Saved entries
---

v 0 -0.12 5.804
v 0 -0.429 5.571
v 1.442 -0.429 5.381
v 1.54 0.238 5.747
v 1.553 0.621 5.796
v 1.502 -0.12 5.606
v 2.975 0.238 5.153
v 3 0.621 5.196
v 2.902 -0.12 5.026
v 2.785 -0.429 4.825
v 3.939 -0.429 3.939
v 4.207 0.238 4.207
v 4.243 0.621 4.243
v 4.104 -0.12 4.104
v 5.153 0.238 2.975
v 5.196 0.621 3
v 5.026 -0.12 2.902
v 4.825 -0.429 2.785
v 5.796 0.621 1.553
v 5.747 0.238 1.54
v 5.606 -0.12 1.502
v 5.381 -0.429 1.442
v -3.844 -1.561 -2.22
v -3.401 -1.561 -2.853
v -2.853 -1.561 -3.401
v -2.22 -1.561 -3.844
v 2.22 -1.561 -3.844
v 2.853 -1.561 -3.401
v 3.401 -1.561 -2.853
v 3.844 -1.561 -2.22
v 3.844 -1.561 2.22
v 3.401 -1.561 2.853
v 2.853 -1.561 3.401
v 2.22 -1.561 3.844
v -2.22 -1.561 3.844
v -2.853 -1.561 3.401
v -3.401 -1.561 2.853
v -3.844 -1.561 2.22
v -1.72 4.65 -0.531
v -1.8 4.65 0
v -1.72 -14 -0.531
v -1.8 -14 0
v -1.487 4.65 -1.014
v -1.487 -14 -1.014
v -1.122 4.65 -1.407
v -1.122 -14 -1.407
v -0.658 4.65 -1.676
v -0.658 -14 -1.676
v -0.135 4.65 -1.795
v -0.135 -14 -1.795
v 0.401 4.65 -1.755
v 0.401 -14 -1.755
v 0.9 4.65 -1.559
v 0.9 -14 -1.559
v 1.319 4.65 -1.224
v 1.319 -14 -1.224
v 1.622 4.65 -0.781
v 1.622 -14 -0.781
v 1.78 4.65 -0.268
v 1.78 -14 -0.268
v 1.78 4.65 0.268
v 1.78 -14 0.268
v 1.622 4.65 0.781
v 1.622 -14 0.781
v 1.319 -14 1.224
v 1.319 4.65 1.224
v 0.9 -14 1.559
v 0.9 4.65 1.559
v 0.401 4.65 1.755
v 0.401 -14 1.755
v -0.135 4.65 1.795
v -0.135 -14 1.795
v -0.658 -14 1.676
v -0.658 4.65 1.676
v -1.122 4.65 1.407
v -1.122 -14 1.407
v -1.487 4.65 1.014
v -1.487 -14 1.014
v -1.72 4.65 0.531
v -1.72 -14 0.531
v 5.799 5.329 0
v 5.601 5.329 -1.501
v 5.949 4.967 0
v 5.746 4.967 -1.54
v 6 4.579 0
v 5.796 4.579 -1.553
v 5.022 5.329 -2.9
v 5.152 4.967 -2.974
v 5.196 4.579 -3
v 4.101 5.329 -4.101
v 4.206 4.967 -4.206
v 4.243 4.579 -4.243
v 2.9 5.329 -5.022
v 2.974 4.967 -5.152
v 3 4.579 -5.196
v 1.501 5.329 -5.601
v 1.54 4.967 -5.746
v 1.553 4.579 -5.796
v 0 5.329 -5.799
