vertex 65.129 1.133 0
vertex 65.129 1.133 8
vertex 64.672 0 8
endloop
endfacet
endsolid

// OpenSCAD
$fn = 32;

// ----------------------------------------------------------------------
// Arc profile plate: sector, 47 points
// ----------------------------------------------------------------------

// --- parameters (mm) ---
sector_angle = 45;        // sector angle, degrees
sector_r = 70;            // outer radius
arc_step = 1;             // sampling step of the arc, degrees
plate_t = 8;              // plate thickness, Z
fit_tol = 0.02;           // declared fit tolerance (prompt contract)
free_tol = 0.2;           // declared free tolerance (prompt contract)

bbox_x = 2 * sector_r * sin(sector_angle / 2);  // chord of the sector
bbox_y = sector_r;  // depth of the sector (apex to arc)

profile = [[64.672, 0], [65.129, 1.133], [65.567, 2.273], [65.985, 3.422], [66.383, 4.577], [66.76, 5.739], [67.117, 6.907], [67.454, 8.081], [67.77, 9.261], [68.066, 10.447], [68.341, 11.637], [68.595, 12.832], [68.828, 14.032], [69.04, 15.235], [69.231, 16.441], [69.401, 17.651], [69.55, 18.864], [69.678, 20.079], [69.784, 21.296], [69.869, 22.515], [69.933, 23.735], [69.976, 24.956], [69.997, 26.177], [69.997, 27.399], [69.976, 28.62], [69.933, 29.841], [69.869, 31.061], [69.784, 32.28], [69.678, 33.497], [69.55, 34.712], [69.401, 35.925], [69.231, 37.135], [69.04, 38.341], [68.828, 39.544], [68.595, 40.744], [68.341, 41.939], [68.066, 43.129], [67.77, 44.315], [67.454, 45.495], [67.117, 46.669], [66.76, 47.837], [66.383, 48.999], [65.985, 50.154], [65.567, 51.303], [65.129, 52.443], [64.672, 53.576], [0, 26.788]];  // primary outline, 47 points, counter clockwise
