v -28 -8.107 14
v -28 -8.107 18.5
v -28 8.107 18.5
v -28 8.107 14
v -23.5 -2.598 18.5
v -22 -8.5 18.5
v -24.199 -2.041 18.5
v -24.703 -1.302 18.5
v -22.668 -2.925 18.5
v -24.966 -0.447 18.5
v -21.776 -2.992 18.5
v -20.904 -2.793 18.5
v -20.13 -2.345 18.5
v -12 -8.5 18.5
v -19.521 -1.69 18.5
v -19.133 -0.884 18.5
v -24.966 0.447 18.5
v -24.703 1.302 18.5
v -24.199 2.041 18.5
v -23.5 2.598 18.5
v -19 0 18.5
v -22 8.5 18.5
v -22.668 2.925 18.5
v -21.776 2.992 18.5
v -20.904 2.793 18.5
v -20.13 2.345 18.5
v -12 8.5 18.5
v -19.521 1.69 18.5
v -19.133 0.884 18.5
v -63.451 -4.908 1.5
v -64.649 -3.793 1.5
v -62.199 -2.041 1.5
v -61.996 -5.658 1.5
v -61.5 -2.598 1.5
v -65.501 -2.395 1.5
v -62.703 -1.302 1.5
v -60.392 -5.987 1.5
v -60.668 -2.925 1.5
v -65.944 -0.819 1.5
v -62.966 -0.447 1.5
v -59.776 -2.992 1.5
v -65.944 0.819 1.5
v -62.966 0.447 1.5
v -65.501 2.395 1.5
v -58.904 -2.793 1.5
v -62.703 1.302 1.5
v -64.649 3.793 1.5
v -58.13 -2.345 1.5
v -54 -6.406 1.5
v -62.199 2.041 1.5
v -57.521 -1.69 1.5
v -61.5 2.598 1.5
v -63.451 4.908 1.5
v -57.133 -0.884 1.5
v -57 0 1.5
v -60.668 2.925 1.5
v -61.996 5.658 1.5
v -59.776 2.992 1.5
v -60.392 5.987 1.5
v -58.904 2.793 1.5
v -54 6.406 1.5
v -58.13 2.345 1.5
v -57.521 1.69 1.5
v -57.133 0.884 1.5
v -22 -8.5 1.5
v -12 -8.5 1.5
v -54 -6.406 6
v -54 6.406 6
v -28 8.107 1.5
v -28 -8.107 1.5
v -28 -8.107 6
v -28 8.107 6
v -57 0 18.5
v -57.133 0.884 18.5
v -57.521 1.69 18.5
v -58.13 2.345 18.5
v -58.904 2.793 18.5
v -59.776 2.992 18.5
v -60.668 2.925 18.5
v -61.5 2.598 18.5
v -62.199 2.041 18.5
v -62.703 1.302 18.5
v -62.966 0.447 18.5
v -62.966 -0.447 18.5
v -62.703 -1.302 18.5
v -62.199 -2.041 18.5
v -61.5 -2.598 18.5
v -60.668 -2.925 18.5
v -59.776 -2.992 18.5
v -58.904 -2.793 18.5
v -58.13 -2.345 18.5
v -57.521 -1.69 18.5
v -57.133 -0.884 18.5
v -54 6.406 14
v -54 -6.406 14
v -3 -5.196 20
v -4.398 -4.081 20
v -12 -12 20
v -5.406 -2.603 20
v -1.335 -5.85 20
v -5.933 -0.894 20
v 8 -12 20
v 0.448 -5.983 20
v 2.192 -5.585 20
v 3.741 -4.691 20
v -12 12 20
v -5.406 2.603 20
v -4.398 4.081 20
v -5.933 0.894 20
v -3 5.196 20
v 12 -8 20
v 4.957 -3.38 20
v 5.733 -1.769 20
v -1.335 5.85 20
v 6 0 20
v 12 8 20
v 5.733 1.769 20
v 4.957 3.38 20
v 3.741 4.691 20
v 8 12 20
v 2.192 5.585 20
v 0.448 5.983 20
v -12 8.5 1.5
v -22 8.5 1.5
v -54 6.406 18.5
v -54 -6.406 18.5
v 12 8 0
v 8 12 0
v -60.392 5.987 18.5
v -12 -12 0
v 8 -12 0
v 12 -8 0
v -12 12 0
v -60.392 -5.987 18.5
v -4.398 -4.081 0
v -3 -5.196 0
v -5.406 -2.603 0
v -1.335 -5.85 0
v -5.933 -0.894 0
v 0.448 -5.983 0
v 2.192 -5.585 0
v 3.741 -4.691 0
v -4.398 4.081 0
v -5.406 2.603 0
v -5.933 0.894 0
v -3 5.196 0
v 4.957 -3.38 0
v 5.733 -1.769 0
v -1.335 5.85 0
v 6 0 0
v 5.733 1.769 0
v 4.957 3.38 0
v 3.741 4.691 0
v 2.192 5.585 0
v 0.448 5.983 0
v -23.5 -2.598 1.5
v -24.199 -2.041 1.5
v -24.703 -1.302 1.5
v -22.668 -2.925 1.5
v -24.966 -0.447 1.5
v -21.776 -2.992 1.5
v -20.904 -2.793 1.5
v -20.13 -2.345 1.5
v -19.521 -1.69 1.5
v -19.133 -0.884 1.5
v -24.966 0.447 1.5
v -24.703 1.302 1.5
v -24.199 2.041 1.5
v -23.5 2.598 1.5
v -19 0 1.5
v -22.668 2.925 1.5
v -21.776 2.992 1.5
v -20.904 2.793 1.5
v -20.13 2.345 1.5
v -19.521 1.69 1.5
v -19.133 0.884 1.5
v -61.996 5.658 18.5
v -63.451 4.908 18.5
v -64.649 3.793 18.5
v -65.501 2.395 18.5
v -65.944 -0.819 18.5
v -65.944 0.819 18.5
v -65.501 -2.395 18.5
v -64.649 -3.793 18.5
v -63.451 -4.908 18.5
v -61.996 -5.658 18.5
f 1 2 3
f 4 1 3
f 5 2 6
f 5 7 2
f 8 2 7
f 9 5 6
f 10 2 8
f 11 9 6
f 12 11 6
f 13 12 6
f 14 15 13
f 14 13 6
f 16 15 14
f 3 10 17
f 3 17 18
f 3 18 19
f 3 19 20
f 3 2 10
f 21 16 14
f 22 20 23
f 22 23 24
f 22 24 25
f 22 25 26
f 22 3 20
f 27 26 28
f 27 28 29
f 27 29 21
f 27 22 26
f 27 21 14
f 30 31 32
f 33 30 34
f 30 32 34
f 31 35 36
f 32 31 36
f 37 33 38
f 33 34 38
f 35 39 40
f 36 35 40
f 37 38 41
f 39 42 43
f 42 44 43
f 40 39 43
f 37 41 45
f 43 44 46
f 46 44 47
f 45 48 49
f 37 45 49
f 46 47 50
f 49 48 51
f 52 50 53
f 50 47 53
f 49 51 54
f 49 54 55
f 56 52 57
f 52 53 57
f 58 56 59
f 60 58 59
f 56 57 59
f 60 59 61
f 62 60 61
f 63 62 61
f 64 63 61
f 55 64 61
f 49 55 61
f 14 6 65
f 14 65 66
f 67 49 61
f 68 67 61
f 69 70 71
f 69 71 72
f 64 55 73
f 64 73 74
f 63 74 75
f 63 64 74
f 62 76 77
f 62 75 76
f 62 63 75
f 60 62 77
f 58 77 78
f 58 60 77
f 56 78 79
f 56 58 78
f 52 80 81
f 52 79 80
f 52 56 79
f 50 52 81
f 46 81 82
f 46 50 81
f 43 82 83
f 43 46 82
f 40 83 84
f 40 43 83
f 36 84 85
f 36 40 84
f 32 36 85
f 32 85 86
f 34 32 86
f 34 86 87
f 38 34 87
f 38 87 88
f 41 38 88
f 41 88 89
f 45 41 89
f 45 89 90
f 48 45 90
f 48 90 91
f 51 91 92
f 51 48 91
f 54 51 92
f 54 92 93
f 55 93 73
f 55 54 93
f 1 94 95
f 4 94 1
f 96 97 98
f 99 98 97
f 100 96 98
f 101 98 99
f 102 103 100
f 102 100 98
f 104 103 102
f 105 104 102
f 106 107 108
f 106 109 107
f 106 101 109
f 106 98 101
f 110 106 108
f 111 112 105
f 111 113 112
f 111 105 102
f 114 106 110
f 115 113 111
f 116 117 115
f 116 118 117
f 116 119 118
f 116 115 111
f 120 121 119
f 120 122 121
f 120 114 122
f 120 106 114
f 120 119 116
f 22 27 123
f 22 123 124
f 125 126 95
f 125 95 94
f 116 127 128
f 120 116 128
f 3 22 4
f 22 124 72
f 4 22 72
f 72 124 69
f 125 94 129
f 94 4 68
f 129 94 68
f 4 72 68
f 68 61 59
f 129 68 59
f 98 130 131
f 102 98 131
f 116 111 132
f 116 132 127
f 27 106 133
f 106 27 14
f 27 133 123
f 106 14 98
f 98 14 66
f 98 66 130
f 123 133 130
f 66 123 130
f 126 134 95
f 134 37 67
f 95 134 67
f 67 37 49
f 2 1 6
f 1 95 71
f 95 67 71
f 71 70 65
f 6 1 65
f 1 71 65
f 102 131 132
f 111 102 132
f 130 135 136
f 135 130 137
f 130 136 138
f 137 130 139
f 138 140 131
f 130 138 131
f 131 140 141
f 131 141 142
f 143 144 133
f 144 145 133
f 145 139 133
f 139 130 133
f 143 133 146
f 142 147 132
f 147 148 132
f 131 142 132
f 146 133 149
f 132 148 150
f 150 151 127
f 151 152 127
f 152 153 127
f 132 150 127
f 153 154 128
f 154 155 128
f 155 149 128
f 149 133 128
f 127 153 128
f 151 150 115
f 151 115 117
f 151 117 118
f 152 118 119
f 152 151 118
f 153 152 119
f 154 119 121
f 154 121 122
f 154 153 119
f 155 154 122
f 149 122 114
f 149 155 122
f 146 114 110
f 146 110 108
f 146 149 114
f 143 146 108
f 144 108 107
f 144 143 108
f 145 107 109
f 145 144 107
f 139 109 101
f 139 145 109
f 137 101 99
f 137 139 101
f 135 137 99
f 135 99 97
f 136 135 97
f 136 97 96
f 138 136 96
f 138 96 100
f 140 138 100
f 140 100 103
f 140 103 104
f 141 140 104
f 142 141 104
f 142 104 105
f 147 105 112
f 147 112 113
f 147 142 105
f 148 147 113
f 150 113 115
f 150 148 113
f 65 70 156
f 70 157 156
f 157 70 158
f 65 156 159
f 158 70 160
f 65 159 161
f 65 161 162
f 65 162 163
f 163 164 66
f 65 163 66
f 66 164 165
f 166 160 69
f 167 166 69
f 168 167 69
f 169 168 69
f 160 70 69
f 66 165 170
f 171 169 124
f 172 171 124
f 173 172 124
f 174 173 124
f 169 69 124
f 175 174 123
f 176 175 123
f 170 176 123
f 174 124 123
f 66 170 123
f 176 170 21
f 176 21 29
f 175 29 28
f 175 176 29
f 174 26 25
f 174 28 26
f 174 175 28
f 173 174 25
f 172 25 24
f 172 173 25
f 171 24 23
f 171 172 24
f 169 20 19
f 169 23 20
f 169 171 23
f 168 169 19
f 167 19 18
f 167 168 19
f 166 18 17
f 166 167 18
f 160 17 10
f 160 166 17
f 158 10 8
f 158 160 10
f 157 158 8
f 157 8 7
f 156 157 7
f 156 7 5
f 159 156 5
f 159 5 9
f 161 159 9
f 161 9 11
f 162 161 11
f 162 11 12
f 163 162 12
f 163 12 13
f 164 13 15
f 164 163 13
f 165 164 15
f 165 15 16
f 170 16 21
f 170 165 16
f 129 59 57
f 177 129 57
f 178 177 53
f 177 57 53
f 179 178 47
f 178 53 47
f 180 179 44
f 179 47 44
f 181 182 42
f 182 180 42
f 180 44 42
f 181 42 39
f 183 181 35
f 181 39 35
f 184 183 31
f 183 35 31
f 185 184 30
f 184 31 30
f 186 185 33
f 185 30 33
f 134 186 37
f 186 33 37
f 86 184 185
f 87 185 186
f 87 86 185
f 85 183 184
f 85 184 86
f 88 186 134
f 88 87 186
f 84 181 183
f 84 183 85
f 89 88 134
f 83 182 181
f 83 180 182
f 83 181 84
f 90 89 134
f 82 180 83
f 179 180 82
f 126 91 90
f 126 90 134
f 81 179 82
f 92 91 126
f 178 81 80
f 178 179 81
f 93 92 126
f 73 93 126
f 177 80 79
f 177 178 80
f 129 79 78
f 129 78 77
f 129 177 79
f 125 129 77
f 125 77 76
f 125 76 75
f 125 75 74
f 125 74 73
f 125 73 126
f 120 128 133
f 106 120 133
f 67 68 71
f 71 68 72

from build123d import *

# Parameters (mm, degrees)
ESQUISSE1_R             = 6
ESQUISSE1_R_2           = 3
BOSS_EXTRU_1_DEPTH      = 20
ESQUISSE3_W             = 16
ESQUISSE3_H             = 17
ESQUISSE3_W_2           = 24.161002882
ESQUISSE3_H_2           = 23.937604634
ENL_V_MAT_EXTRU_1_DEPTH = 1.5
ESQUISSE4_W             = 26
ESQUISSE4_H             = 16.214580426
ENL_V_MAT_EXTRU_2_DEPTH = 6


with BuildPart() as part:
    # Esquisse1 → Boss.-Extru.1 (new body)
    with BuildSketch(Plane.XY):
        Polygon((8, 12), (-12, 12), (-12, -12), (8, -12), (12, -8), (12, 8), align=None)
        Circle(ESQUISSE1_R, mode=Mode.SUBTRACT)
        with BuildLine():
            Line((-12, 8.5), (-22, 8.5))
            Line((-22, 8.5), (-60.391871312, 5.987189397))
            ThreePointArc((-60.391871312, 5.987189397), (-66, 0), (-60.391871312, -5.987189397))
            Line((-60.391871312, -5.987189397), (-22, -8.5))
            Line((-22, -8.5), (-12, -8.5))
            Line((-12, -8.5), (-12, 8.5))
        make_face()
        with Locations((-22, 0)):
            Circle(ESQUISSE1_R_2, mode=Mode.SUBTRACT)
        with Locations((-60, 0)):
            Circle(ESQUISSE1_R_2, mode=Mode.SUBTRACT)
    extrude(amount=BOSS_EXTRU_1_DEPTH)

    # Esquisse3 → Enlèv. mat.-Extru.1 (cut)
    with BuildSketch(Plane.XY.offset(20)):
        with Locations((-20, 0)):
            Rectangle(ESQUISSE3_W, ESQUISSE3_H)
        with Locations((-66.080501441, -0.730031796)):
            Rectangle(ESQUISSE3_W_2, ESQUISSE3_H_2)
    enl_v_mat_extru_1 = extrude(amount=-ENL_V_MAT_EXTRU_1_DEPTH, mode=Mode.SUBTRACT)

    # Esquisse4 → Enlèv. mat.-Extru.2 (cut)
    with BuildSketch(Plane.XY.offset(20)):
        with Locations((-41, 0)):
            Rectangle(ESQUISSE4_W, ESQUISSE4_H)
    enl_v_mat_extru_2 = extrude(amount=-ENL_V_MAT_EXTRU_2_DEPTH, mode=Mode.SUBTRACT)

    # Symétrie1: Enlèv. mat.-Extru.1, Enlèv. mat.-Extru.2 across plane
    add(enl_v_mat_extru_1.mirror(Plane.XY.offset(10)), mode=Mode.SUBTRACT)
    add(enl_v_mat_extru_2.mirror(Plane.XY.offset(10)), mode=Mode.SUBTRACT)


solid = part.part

---

_Activity_:
Proceeding from the line containing "f 169 168 69" through the line containing "f 159 156 5", transcribe the lines above exactly, both end lines included.

_Written solution_:
f 169 168 69
f 160 70 69
f 66 165 170
f 171 169 124
f 172 171 124
f 173 172 124
f 174 173 124
f 169 69 124
f 175 174 123
f 176 175 123
f 170 176 123
f 174 124 123
f 66 170 123
f 176 170 21
f 176 21 29
f 175 29 28
f 175 176 29
f 174 26 25
f 174 28 26
f 174 175 28
f 173 174 25
f 172 25 24
f 172 173 25
f 171 24 23
f 171 172 24
f 169 20 19
f 169 23 20
f 169 171 23
f 168 169 19
f 167 19 18
f 167 168 19
f 166 18 17
f 166 167 18
f 160 17 10
f 160 166 17
f 158 10 8
f 158 160 10
f 157 158 8
f 157 8 7
f 156 157 7
f 156 7 5
f 159 156 5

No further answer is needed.